Is it unreasonable to expect the press, especially respected members of the press like CBS News' Bob Schieffer, to hold guests to account when they make ridiculous, incendiary, defamatory statements about the President of the United States?
January 29, 2012

Is it unreasonable to expect the press, especially respected members of the press like CBS News' Bob Schieffer, to hold guests to account when they make ridiculous, incendiary, defamatory statements about the President of the United States? Evidently it's only unreasonable when Democrats do it about Republicans, but it seems to be perfectly all right for RNC Chair Reince Priebus to liken the President to the captain of the cruise ship that sank in Italy last week. Here's what he said:

SCHIEFFER: But Donald Trump -- he's, kind of, worried about it. You heard what he just said. He said, you know, he thinks they're cannibalizing each other. Do you think that's going to all come out OK?

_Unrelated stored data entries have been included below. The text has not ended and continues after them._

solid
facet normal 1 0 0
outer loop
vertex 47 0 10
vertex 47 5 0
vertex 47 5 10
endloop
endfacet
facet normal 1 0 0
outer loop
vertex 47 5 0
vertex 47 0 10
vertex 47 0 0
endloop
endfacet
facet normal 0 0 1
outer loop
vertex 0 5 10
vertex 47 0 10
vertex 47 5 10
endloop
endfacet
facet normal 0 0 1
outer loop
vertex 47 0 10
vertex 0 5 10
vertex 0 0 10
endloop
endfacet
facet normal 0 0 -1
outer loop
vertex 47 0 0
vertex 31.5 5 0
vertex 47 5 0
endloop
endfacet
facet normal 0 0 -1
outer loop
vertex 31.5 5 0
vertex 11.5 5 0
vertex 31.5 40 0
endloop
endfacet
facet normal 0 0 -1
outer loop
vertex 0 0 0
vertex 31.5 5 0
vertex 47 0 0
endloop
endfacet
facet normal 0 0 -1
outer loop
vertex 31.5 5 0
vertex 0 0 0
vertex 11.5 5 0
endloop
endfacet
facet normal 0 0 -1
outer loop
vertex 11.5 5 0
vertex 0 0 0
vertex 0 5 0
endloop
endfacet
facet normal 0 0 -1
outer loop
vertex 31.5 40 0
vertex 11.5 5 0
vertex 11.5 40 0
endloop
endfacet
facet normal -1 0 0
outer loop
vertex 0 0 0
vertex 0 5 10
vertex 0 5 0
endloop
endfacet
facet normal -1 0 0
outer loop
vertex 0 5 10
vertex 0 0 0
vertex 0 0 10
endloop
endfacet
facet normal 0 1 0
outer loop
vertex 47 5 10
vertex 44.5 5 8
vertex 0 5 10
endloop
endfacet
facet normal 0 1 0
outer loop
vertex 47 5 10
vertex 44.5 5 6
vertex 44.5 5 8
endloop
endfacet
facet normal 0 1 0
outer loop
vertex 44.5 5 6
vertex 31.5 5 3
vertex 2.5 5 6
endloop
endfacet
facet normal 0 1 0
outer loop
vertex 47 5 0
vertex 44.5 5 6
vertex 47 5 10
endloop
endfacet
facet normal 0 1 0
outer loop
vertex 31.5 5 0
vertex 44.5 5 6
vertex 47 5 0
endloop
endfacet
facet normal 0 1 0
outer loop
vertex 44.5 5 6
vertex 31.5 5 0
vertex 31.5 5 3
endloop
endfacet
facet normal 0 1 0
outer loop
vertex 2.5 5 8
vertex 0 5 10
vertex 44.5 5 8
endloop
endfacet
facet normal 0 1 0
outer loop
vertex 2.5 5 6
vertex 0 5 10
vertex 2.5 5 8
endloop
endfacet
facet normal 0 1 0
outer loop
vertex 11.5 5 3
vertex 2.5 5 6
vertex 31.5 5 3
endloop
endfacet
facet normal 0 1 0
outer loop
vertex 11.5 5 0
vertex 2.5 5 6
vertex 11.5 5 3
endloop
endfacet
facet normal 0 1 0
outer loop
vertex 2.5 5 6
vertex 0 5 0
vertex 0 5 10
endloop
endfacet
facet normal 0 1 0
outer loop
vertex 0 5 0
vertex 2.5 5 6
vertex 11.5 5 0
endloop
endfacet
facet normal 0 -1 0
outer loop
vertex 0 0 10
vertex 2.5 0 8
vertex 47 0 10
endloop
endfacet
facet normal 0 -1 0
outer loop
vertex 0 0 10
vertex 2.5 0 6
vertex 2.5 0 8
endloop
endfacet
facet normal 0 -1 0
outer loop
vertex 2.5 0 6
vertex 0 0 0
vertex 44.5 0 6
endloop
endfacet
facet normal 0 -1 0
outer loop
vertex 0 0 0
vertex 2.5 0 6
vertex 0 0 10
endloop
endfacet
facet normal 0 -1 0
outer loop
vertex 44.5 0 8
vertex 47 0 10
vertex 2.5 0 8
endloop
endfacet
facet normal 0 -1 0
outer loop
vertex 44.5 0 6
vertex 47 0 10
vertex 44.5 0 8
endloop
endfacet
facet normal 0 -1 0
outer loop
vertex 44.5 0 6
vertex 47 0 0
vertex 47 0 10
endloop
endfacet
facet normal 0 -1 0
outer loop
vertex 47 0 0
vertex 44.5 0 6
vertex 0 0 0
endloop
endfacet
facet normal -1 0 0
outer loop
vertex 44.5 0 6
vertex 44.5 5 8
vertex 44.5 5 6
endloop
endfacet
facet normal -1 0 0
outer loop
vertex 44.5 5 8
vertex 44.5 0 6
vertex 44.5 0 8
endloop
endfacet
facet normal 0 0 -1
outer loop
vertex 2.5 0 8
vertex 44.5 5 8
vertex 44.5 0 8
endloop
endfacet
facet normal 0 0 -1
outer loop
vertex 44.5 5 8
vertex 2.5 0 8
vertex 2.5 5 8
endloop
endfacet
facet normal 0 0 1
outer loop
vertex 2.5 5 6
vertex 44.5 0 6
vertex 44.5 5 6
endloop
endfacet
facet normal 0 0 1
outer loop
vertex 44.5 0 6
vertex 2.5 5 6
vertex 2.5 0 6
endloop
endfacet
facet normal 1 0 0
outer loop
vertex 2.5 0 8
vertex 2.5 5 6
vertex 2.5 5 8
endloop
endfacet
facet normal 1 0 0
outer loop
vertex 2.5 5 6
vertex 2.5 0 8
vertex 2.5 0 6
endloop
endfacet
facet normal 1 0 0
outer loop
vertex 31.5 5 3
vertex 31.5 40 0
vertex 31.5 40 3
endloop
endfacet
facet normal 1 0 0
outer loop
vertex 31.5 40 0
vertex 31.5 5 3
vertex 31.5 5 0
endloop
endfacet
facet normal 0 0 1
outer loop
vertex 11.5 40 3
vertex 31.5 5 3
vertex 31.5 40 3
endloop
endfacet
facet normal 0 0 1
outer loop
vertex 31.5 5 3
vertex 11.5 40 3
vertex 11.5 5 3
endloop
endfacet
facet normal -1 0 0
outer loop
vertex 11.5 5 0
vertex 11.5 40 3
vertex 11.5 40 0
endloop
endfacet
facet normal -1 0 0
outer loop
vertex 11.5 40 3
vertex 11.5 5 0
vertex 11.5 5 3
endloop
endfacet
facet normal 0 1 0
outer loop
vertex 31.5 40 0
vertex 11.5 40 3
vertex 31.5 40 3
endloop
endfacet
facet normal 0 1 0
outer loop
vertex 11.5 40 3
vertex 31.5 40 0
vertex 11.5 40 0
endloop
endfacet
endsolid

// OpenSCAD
//simple putty knife holder for mounting to a desk or wall

translate([11.5,0,0])
    cube([20,40,3]);

difference(){
    cube([47,5,10]);
    
    translate([2.5,0,6])
        cube([42,6,2]);
    }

PRIEBUS: Now, the history shows, Bob, that -- that tough primaries and a little bit of drama are a good thing for the challenging party. Hillary Clinton and Barack Obama -- you know, they killed each other through June, and guess what? He won pretty easily. I think the evidence is there.

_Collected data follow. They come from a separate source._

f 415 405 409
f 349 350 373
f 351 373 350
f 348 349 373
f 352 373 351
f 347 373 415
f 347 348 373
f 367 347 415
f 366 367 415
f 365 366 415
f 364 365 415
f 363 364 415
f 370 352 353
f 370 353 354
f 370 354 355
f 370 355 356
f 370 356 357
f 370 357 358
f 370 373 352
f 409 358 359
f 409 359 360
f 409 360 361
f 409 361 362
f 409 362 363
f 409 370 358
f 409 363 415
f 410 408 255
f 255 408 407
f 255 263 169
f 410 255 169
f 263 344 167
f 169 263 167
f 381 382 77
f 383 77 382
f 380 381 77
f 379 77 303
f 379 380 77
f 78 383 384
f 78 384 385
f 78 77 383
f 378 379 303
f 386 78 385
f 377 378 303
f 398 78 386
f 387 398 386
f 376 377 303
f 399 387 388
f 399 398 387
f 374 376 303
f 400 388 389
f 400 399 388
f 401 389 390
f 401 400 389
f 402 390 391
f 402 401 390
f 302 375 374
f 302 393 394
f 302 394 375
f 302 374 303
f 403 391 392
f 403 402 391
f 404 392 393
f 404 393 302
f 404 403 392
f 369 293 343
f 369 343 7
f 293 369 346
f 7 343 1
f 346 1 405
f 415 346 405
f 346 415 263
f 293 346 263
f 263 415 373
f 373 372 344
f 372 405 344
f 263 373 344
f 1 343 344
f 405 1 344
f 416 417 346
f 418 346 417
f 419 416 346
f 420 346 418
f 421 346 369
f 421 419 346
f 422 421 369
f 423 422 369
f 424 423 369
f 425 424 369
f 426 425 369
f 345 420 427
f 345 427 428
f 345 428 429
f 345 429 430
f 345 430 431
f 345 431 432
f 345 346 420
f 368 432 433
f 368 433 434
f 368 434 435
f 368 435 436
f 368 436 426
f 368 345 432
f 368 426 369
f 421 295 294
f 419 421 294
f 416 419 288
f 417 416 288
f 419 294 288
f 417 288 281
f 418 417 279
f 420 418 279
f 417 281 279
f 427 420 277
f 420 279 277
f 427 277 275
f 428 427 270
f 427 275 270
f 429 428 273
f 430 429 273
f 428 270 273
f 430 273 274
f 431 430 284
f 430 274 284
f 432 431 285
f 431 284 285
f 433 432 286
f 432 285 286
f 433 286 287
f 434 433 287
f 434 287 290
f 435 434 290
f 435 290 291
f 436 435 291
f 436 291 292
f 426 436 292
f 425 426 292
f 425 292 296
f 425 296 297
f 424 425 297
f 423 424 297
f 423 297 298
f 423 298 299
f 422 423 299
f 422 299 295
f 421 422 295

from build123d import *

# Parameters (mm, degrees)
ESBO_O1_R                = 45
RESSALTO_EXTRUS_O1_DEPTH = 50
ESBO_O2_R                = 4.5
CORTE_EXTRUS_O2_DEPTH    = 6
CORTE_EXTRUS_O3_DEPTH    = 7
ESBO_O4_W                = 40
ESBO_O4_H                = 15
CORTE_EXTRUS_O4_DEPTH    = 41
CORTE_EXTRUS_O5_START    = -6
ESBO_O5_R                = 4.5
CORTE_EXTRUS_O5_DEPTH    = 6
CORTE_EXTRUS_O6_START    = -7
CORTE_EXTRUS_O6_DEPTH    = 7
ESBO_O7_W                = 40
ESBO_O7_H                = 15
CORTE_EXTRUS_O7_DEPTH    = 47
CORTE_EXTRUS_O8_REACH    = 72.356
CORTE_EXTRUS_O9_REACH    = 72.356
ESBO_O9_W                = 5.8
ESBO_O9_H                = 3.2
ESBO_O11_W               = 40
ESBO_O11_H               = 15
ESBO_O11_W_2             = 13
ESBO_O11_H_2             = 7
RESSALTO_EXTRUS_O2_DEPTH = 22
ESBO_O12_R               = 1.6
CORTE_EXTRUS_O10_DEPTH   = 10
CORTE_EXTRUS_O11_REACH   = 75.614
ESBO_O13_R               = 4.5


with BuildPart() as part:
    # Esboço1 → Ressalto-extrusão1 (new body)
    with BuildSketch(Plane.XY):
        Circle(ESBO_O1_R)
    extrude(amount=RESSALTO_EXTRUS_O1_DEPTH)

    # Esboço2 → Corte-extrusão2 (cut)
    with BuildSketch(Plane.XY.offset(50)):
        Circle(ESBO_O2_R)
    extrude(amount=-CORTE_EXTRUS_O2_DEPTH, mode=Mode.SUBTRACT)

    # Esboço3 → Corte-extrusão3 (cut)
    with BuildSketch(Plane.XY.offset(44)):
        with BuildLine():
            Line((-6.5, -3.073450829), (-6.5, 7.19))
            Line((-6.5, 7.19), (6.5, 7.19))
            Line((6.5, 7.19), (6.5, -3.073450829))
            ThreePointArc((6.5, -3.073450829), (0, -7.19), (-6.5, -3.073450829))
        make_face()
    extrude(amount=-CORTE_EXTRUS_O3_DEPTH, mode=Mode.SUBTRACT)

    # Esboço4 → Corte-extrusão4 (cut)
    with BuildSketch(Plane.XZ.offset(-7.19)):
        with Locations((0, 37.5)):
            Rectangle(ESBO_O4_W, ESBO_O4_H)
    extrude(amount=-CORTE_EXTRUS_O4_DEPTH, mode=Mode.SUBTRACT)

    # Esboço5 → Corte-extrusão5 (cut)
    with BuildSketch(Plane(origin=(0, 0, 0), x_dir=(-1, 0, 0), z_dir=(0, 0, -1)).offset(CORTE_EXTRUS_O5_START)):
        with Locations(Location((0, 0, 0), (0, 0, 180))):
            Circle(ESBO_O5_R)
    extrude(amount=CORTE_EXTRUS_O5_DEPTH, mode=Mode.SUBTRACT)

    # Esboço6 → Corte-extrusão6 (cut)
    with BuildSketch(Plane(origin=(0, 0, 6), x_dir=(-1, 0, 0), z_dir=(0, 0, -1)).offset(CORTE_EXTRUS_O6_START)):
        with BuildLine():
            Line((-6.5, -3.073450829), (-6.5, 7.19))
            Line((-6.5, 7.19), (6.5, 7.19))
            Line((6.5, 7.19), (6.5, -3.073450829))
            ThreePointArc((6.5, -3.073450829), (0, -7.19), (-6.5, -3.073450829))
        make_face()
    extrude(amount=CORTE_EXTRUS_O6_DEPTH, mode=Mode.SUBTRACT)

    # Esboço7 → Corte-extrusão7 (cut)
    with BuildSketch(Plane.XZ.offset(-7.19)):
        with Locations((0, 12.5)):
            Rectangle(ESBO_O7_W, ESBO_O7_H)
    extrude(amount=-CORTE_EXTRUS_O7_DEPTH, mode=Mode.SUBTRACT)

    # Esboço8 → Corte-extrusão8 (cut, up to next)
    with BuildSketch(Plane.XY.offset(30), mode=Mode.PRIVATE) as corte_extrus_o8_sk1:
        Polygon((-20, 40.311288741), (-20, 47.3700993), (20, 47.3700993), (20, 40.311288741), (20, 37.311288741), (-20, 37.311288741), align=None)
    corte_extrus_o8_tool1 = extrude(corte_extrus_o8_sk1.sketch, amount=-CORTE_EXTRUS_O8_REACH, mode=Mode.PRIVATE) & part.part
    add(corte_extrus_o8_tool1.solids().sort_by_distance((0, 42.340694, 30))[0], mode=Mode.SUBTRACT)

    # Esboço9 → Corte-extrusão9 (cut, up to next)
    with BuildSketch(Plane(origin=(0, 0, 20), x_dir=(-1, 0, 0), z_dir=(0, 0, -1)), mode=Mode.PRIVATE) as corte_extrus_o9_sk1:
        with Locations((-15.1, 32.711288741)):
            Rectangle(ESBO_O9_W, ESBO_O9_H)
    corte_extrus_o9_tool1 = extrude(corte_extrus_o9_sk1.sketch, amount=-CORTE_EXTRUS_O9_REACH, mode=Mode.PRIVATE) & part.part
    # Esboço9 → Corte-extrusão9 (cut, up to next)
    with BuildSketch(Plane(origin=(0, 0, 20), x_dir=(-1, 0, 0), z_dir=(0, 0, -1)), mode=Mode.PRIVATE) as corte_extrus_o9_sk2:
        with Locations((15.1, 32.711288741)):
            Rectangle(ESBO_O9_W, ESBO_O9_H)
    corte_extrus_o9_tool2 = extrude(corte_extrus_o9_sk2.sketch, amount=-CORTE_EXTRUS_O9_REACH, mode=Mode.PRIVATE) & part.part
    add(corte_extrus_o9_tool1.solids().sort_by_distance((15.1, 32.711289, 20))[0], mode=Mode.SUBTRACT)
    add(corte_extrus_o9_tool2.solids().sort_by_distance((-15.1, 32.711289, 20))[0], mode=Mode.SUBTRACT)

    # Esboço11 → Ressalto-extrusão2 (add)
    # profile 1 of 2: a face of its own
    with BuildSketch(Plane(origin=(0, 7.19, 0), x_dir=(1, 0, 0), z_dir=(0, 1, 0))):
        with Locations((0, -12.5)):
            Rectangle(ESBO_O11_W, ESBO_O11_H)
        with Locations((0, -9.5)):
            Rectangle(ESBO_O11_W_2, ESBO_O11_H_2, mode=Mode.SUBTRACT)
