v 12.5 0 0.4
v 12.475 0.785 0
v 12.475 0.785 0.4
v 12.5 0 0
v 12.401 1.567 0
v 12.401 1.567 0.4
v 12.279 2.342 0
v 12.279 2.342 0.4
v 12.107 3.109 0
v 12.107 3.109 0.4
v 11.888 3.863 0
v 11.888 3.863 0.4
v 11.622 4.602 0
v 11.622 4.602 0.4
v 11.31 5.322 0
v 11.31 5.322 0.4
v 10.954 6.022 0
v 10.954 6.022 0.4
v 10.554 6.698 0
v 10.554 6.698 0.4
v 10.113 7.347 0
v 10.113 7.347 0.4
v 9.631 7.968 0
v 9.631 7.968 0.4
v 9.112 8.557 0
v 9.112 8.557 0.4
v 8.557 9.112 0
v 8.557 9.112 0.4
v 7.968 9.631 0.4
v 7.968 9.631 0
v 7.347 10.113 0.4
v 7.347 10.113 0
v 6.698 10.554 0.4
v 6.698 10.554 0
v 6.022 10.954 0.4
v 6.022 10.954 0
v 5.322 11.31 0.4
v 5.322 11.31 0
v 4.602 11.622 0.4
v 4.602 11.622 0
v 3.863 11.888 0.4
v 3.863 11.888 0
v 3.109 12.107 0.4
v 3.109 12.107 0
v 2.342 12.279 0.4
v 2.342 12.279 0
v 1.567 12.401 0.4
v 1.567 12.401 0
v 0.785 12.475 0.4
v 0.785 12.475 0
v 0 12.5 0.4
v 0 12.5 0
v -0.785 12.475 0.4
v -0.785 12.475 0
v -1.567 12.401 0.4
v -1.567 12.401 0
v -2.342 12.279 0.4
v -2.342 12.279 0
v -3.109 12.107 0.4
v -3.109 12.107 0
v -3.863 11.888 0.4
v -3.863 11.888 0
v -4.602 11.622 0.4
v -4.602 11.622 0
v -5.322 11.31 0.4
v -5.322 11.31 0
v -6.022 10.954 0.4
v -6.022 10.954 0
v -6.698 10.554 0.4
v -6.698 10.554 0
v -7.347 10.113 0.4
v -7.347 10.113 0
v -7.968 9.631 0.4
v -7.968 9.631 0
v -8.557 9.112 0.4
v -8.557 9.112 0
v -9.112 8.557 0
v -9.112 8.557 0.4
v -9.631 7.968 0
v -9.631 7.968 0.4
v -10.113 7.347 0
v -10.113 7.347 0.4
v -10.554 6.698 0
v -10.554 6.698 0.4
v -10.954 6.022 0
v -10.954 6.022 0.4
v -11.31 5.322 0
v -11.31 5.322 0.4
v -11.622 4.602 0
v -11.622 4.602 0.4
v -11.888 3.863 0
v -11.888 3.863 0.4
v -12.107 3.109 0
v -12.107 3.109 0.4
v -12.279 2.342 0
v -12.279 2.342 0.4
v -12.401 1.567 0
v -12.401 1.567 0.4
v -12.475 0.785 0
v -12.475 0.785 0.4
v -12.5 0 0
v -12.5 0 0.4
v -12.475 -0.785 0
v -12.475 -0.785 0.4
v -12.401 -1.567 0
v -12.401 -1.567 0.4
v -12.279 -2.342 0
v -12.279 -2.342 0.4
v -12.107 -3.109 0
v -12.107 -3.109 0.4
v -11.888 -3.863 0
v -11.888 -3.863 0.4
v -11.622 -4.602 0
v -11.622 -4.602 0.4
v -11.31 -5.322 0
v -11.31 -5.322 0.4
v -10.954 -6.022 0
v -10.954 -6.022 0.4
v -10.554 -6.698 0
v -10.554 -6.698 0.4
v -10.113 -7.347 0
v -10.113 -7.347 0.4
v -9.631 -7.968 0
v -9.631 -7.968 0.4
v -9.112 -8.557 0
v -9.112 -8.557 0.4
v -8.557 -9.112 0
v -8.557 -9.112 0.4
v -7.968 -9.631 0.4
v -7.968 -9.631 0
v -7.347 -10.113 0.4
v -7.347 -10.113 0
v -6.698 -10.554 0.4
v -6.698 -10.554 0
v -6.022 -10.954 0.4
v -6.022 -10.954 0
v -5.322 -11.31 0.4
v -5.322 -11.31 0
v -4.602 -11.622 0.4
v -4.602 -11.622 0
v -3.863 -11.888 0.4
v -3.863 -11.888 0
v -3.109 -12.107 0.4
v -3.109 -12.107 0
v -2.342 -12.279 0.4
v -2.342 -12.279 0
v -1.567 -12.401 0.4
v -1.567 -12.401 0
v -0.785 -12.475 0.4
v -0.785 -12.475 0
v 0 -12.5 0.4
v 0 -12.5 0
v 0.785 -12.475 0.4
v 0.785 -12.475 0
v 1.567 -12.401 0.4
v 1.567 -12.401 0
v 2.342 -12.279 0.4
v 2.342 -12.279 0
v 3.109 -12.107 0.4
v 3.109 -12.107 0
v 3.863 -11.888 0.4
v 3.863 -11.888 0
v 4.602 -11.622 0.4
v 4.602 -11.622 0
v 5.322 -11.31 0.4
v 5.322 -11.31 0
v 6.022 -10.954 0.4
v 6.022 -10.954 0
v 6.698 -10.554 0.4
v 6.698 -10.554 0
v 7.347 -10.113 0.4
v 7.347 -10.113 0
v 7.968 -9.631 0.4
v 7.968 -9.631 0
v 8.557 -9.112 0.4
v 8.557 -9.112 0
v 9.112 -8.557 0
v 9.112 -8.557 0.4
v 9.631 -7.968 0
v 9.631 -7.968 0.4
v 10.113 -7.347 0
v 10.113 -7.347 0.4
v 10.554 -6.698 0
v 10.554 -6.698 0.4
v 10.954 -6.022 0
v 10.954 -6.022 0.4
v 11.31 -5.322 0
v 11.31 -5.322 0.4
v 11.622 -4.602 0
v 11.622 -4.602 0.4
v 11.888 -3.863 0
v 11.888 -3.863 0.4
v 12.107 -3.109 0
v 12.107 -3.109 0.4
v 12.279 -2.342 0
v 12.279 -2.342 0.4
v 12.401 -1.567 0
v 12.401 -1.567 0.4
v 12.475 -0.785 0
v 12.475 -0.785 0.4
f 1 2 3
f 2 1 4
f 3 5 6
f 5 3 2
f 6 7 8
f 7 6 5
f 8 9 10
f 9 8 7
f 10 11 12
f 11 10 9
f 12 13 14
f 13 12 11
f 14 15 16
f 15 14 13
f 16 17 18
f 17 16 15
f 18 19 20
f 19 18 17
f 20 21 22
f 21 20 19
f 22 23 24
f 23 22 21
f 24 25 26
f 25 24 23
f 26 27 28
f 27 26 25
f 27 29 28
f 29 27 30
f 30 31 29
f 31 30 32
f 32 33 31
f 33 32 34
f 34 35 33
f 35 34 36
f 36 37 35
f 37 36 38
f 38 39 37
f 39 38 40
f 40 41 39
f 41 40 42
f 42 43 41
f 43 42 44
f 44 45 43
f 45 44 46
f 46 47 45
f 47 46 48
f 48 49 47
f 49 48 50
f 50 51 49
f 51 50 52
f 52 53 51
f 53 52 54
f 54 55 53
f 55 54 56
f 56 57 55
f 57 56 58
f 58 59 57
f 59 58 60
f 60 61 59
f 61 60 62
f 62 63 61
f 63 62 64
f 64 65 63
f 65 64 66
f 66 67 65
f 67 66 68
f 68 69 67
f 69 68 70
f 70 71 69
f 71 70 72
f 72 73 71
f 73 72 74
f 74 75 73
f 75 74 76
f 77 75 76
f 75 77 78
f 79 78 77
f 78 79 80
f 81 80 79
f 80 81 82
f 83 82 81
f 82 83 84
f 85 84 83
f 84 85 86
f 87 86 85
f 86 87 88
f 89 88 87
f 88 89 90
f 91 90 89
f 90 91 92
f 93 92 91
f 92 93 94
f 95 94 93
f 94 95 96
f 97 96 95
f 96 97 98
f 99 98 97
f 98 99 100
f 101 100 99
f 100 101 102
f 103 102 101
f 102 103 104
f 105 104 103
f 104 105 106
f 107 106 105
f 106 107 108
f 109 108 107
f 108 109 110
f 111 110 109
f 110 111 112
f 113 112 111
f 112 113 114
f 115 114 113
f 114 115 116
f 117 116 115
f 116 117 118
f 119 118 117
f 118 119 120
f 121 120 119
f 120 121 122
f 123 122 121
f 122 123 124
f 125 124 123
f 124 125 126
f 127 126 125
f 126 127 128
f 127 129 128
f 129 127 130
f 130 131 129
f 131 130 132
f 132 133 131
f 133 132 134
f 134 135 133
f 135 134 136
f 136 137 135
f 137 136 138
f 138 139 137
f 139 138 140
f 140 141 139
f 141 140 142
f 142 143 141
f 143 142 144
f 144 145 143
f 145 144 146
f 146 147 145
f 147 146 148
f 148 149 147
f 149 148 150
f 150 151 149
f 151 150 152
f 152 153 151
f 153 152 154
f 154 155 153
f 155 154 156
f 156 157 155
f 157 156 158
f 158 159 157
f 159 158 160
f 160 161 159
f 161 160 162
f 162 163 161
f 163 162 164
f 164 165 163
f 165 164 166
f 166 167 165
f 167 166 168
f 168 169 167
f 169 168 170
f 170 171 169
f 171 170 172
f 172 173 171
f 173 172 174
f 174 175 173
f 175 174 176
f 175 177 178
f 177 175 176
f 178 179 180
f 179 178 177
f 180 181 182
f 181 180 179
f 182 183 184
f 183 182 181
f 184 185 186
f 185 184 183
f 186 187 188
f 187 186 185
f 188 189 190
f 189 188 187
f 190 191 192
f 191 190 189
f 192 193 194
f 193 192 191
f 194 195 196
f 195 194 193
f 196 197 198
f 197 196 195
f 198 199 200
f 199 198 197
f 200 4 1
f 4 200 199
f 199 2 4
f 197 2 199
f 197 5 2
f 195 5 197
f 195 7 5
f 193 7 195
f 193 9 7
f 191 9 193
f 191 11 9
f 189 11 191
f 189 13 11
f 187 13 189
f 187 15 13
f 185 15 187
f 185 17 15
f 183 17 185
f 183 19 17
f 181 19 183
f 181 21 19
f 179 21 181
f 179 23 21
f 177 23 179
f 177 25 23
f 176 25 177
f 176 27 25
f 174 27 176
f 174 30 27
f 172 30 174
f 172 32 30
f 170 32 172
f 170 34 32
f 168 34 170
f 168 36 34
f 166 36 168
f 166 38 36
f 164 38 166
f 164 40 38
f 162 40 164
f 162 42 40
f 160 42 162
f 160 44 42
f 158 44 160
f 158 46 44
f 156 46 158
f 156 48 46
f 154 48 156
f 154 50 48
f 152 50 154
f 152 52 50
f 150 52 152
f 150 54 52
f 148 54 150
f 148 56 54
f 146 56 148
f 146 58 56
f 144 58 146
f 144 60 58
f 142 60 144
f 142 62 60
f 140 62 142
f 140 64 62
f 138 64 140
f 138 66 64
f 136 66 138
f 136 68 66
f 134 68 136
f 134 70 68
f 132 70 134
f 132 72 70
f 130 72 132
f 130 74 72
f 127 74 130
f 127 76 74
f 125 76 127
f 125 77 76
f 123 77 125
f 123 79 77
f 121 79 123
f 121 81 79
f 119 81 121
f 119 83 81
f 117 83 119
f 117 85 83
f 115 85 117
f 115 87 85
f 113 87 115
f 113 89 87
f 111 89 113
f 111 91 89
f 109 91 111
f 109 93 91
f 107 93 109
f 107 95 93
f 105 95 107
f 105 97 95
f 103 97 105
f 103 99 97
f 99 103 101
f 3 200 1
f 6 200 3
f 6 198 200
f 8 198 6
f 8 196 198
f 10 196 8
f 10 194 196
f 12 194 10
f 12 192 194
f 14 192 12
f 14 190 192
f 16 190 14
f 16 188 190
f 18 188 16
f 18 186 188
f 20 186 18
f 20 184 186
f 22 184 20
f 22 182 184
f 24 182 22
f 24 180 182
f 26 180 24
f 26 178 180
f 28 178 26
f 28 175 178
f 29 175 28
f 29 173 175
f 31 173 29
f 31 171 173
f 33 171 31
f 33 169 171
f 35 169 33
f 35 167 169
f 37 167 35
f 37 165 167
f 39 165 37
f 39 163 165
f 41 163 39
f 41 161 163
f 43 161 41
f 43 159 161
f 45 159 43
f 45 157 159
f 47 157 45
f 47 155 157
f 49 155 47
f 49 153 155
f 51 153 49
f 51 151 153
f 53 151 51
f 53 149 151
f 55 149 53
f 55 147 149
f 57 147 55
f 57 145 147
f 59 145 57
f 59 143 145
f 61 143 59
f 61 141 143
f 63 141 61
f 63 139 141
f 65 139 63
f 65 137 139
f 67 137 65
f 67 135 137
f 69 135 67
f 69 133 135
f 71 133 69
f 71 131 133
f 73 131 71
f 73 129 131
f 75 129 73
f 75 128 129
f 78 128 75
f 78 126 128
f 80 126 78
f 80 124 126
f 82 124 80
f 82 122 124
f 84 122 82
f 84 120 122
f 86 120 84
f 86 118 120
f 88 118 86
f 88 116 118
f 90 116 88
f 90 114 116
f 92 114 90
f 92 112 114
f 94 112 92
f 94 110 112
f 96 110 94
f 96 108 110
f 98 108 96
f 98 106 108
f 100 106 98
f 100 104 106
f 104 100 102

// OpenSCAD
edge = 25;

cylinder(
    r = edge/2,
    h = 0.4,
    center = false,
    $fn = 100);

I think it's good for America. And in the end, in a few months, this is all going to be ancient history and we're going to talk about our own little Captain Schettino, which is President Obama, who is abandoning the ship here in the United States and is more interested in campaigning than doing his job as president.

SCHIEFFER: What -- what did you just say? What did you call President Obama?

PRIEBUS: I called him Captain Schettino, you know, the captain that fled the ship in Italy. That's our own president, who is fleeing the American people and not doing his job and running around the country and campaigning.

(LAUGHTER)

You made me think of it with all the ships behind you, Bob.

Really? See, if I were to consider a metaphor like captains of ships and the like, I'd think of Captain Chesley Sullenberger (Sully), who managed to save the crew and passengers of his plane by landing it in the Hudson River, saving all 155 people aboard the aircraft, instead of a cavalier, careless idiot like Captain Schettino, who had no business steering a ship so close to shallow water, failed to turn it in time, ran it into a rock and then leapt off the ship while passengers died in their life vests waiting to be evacuated.

Think about those metaphors. Who steered too close to the shore? George W. Bush and his merry band of regulators who sat around watching porn instead of paying attention to banks. Who failed to turn soon enough? Congress, perhaps, where Republicans routinely block each and every initiative to rescue this country from financial ruin? Who jumped into the life boats, leaving others to clean up and try and rescue as many as they could?

And yet, Bob Scheiffer's answer to Priebus?

SCHIEFFER: I -- I see what you're saying.

This is why we can't have nice things.